_What to do_
Word for word, set down every line of the entries below from the line with "#87=EDGE_LOOP('',(#86));" to the line with "#95=ORIENTED_EDGE('',*,*,#94,.F.);", including both, and no other line.

Stored data
____
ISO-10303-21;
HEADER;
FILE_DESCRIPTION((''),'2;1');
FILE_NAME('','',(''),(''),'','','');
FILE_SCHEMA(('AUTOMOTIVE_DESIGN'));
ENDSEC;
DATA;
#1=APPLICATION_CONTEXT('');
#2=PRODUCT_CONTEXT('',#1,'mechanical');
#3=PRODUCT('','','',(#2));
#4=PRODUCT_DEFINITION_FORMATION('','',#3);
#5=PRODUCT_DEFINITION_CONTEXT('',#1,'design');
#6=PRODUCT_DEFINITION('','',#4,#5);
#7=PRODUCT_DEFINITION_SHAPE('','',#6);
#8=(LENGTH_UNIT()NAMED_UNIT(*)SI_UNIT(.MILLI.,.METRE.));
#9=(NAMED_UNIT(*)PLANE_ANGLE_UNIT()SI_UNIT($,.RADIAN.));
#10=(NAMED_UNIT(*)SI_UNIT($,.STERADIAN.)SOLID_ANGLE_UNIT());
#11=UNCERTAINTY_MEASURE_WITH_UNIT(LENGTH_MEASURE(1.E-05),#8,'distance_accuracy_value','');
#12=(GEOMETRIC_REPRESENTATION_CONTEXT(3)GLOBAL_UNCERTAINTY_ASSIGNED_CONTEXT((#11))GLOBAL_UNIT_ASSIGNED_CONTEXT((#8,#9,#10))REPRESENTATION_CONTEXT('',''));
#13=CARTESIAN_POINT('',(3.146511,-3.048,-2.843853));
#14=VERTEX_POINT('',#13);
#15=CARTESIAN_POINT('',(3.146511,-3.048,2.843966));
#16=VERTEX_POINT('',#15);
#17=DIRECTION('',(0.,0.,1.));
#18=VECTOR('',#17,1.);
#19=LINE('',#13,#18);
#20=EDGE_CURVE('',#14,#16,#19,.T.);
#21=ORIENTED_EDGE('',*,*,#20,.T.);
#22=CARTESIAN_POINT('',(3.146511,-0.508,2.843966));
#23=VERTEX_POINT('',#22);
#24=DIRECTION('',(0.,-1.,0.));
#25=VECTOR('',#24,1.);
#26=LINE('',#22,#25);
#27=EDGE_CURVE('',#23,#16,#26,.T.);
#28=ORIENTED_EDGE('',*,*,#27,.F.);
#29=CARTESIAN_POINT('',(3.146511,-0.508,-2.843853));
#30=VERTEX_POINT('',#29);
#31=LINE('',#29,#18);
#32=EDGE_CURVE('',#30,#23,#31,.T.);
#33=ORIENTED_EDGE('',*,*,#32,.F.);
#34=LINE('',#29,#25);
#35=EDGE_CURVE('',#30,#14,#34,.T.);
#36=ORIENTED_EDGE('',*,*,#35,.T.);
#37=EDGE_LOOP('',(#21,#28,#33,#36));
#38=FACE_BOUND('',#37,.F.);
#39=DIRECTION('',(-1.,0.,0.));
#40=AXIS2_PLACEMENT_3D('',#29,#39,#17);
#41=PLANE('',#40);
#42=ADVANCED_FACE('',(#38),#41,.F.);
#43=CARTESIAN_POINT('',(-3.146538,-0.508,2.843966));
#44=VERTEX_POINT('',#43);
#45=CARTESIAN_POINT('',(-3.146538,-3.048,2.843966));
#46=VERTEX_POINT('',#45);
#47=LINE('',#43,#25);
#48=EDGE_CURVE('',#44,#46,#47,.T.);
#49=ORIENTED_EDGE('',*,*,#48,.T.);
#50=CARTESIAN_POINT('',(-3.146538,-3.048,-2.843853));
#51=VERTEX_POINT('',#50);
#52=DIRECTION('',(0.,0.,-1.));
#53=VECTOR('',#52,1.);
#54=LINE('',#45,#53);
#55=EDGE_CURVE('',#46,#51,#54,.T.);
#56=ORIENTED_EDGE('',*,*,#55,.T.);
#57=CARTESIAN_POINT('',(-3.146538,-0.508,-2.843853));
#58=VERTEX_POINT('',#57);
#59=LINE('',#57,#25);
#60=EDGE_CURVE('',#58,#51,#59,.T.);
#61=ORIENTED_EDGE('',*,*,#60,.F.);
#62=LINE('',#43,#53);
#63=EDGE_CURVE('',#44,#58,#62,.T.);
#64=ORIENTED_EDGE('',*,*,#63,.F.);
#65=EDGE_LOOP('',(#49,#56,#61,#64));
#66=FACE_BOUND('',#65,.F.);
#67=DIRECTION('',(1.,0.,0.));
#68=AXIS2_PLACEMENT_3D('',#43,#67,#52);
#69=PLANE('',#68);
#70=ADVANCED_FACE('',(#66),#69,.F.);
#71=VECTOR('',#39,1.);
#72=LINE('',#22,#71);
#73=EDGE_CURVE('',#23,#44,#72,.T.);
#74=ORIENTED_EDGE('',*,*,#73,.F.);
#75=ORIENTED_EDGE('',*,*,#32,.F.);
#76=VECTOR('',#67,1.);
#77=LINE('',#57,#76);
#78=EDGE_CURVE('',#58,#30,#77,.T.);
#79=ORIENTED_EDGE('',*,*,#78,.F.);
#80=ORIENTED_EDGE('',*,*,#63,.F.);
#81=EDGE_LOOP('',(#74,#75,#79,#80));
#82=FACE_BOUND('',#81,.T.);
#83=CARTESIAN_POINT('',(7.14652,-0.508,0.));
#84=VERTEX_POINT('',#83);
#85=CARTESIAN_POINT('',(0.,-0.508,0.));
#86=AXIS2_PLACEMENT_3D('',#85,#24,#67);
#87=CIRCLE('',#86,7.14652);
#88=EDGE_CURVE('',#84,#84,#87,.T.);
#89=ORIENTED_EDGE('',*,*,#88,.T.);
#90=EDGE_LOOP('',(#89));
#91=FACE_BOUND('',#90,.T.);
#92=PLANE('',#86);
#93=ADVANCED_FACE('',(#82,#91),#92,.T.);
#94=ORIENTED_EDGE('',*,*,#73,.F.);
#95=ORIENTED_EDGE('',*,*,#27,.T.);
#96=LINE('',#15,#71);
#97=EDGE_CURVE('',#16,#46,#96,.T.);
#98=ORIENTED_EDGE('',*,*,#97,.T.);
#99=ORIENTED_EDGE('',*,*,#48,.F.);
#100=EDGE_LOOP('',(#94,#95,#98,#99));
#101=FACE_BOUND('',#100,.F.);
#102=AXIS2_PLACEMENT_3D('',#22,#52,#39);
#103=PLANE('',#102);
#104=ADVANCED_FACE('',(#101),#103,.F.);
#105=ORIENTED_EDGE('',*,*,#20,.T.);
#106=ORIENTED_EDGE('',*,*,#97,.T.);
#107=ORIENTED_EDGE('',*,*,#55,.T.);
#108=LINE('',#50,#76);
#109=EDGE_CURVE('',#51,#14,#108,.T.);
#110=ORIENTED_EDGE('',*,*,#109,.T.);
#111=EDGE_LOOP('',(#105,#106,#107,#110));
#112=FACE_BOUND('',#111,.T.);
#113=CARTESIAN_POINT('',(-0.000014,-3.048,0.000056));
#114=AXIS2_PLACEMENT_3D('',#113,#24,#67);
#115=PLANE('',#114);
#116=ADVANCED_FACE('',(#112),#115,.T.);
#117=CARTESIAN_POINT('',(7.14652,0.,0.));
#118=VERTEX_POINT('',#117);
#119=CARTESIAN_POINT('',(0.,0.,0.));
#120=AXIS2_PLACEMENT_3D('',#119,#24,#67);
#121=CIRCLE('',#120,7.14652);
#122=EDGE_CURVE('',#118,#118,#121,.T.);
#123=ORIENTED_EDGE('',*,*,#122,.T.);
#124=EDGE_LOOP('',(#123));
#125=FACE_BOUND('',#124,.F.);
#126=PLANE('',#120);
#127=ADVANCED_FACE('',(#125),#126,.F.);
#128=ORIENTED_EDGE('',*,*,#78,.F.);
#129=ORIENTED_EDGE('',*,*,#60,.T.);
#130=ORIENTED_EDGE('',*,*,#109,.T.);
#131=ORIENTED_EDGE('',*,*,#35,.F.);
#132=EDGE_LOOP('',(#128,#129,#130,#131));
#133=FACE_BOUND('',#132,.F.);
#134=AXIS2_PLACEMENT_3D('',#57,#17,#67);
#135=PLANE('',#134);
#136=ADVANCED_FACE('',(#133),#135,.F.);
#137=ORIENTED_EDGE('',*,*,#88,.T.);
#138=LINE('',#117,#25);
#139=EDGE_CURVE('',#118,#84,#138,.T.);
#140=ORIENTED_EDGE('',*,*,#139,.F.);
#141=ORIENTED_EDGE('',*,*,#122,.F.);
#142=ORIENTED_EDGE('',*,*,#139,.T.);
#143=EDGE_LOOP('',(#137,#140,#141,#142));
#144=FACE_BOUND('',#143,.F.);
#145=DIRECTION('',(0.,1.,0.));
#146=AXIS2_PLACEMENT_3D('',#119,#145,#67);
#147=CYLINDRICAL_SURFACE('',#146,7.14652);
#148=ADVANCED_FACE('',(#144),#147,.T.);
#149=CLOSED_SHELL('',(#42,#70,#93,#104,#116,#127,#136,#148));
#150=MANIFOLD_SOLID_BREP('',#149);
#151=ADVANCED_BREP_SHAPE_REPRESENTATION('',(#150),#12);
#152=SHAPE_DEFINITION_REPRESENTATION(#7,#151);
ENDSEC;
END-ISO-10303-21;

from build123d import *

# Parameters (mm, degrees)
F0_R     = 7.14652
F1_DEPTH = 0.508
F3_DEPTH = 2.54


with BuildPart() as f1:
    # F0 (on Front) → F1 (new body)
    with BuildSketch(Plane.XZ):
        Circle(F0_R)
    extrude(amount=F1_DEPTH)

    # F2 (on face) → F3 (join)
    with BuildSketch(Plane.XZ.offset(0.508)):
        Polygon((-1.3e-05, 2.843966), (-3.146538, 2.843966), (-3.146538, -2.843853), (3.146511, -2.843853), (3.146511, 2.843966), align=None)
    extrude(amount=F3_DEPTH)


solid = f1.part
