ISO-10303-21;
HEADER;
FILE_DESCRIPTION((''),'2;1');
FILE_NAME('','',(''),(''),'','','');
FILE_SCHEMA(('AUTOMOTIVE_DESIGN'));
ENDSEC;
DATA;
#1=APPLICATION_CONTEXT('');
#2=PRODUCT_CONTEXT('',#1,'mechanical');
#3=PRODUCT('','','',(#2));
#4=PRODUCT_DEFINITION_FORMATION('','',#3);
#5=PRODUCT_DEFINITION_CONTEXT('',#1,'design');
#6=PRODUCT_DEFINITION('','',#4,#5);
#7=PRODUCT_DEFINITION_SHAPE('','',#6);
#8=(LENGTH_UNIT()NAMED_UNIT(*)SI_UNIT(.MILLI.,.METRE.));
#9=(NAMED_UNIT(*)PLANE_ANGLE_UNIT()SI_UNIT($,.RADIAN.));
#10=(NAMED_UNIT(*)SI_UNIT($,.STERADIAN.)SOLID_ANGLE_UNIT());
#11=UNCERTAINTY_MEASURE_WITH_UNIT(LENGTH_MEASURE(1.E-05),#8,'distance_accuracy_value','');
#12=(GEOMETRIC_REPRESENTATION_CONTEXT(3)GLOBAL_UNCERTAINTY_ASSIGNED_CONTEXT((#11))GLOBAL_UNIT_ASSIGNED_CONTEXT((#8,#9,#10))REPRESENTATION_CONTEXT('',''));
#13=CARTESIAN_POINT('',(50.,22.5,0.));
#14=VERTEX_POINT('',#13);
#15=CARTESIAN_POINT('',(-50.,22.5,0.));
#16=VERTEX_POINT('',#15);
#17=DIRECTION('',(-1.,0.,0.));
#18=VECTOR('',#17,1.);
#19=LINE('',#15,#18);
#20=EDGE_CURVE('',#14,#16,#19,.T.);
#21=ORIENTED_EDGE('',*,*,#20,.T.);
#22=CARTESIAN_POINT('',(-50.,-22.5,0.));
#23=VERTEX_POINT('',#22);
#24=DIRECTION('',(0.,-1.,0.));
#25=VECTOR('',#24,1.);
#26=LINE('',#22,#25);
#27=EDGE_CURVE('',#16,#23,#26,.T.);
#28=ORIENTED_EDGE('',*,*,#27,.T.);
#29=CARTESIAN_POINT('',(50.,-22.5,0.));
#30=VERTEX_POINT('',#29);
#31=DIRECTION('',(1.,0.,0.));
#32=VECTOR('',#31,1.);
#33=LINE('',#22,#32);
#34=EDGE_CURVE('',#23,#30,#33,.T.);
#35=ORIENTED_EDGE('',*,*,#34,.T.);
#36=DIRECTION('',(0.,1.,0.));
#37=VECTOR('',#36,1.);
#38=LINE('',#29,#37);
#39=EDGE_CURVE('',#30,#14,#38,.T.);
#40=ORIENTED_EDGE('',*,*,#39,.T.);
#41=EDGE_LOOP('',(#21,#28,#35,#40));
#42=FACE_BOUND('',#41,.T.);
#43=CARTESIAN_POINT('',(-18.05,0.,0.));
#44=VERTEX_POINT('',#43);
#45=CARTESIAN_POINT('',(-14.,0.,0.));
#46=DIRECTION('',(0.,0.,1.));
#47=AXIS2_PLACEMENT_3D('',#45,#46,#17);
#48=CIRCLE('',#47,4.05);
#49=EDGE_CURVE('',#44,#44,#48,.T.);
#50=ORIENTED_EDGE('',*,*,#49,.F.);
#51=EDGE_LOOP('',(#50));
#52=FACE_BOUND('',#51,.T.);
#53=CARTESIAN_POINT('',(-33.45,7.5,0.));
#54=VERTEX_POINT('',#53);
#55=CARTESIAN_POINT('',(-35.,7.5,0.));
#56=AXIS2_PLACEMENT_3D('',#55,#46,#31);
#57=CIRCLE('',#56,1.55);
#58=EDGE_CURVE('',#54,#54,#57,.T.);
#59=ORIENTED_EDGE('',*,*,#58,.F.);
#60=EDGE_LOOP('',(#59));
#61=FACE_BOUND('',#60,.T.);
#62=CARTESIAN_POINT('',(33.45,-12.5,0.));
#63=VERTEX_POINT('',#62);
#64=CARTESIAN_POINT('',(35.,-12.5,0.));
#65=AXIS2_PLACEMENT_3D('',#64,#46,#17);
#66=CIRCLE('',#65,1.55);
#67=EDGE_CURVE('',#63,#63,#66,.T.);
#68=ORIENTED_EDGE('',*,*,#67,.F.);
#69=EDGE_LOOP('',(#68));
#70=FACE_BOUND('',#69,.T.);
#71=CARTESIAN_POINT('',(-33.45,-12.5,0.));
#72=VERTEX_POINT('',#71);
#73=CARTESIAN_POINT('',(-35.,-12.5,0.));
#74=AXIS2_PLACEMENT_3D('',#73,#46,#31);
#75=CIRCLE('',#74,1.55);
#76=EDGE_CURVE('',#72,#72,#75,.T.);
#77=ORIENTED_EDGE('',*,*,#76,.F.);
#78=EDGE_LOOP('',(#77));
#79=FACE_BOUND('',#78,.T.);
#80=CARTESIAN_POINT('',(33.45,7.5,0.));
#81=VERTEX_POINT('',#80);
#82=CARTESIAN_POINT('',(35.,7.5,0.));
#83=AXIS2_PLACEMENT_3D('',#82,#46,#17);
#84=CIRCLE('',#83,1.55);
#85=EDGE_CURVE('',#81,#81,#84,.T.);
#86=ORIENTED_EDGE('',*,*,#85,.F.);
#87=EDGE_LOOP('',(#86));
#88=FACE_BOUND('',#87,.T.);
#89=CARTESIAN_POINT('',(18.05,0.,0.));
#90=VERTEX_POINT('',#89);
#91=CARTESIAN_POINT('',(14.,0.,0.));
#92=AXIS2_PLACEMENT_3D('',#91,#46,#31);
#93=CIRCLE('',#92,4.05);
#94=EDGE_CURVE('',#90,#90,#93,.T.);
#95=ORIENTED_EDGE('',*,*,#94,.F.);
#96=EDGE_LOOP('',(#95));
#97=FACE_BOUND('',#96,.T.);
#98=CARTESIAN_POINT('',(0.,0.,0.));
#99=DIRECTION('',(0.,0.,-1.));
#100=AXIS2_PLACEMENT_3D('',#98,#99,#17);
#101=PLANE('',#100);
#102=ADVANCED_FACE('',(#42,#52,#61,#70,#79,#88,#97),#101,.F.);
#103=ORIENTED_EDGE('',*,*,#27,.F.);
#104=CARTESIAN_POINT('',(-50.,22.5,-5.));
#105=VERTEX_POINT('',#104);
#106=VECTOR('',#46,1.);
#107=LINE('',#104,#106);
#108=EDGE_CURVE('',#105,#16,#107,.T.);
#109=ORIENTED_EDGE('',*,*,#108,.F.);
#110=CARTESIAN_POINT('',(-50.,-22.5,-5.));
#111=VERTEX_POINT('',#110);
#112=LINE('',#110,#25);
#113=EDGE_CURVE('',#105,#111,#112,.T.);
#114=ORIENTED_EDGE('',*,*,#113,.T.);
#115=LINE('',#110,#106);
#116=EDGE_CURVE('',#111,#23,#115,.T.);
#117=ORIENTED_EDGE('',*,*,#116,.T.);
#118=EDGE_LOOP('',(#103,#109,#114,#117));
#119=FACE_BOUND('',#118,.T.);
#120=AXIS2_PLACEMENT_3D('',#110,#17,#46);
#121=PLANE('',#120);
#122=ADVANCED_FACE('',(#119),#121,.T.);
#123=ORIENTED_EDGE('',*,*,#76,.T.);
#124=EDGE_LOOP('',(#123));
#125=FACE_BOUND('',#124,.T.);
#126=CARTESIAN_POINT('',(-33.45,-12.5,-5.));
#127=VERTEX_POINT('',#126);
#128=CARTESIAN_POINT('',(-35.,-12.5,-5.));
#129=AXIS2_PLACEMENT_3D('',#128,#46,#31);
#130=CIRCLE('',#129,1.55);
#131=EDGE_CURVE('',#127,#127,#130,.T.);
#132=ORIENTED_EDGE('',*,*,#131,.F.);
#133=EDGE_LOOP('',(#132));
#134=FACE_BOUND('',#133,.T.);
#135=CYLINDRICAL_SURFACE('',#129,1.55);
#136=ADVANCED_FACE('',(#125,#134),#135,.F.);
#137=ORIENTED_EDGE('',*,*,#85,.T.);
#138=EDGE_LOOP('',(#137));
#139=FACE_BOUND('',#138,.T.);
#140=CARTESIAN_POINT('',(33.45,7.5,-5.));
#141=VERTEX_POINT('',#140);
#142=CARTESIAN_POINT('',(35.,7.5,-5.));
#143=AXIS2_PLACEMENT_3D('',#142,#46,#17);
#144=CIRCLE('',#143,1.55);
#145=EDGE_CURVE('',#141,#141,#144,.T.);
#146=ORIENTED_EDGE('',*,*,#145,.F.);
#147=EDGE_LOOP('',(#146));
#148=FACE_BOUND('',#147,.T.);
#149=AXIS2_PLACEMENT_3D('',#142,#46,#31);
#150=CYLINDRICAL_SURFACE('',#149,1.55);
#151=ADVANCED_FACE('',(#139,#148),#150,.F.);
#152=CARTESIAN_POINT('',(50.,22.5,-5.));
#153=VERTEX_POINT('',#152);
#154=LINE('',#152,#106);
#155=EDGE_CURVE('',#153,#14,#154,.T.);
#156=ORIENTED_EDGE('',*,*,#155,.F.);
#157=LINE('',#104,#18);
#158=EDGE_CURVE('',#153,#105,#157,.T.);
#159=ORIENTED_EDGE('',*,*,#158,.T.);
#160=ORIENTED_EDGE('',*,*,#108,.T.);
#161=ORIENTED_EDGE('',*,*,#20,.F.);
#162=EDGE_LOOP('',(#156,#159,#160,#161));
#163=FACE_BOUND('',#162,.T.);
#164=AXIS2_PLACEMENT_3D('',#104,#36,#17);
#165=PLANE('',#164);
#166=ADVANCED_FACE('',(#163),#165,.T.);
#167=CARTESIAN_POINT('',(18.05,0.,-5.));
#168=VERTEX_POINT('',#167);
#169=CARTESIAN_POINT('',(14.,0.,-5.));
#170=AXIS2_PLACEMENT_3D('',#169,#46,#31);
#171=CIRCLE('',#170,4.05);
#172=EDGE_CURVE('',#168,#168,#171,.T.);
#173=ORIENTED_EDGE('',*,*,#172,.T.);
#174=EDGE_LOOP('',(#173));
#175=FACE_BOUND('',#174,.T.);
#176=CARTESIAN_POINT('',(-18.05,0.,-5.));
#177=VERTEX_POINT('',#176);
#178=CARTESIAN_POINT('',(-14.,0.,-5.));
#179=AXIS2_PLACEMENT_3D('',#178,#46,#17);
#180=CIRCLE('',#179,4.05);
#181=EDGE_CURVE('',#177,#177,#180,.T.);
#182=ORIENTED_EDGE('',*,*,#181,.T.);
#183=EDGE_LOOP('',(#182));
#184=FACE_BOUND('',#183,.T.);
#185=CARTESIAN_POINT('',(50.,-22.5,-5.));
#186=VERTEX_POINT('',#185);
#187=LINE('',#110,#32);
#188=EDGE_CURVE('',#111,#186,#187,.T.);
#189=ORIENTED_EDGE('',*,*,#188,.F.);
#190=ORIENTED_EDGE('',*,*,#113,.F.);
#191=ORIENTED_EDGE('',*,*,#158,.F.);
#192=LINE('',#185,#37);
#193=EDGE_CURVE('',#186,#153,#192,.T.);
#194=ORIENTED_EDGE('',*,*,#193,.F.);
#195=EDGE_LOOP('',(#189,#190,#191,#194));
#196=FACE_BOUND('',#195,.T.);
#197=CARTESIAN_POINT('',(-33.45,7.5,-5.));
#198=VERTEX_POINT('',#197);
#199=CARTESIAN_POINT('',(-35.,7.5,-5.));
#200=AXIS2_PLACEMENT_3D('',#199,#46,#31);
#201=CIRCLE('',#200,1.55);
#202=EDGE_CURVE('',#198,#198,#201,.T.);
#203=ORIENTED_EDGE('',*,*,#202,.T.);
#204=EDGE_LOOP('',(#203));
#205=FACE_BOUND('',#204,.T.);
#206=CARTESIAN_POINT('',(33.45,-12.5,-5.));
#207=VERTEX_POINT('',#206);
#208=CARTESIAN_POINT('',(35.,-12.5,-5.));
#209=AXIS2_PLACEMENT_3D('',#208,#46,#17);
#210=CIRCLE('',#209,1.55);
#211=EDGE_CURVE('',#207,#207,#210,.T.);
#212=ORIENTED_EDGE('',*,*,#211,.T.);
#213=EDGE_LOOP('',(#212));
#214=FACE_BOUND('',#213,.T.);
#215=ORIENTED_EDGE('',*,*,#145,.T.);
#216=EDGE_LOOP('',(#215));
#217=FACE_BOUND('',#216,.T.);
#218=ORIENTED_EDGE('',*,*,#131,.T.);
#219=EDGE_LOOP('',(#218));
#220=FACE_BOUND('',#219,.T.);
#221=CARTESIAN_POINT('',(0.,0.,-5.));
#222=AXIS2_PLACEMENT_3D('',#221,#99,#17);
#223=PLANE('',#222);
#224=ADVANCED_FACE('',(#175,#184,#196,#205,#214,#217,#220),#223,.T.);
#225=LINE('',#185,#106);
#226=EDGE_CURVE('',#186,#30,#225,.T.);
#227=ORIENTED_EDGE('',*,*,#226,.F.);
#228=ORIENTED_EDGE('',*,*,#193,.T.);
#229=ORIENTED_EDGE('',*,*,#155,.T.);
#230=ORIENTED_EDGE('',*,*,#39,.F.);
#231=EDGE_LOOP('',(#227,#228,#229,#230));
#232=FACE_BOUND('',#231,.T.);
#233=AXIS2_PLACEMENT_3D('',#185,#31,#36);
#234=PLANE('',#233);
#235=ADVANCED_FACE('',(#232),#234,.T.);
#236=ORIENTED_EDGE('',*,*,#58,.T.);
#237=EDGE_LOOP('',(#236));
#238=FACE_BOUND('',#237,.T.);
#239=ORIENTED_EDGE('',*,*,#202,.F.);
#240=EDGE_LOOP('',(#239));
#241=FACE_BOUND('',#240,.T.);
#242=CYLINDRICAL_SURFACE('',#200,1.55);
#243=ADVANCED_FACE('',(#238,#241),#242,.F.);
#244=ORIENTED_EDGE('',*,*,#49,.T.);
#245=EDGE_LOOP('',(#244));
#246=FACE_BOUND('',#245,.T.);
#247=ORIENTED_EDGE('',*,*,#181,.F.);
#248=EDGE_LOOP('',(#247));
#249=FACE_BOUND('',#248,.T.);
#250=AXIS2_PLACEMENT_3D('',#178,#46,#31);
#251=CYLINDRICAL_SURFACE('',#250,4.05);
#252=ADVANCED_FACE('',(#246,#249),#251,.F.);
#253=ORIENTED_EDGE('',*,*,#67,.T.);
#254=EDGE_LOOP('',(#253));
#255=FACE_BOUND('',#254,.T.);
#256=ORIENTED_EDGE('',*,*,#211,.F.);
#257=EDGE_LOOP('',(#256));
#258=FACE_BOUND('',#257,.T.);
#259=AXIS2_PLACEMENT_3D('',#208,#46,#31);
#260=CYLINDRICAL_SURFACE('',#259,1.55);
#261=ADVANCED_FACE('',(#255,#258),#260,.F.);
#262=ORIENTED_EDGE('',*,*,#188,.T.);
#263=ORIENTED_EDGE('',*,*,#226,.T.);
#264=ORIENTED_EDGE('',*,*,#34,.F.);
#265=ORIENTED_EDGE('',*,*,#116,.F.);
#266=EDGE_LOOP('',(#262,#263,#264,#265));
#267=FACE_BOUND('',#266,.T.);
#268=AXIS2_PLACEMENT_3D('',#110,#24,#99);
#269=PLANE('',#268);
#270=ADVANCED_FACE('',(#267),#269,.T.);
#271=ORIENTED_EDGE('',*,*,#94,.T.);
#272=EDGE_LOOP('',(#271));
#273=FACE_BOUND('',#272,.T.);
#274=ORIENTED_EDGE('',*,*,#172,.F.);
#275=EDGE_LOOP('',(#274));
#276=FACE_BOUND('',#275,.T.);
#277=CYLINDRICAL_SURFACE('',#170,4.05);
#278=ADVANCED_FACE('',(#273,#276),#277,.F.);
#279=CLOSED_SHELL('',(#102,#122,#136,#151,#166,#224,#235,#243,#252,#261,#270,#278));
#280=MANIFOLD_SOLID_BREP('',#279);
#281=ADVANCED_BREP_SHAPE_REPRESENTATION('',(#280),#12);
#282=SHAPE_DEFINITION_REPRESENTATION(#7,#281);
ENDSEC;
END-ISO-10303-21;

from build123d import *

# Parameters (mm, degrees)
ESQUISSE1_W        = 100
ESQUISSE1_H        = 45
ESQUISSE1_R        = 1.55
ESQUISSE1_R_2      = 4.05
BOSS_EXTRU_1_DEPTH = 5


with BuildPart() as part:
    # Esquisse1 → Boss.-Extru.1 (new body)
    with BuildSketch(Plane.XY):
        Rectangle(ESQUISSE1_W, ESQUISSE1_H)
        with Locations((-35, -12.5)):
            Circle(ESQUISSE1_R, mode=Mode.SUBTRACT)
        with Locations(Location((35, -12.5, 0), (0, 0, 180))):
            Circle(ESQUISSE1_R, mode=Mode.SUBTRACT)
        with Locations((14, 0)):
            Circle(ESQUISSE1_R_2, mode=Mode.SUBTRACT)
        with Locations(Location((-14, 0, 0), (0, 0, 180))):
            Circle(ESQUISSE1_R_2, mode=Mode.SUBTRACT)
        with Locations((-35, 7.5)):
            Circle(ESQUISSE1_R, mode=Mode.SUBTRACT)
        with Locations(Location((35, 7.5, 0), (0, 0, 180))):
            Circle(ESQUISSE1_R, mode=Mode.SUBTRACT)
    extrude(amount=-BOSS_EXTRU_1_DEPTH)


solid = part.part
____
_Written response_
#87=EDGE_LOOP('',(#86));
#88=FACE_BOUND('',#87,.T.);
#89=CARTESIAN_POINT('',(18.05,0.,0.));
#90=VERTEX_POINT('',#89);
#91=CARTESIAN_POINT('',(14.,0.,0.));
#92=AXIS2_PLACEMENT_3D('',#91,#46,#31);
#93=CIRCLE('',#92,4.05);
#94=EDGE_CURVE('',#90,#90,#93,.T.);
#95=ORIENTED_EDGE('',*,*,#94,.F.);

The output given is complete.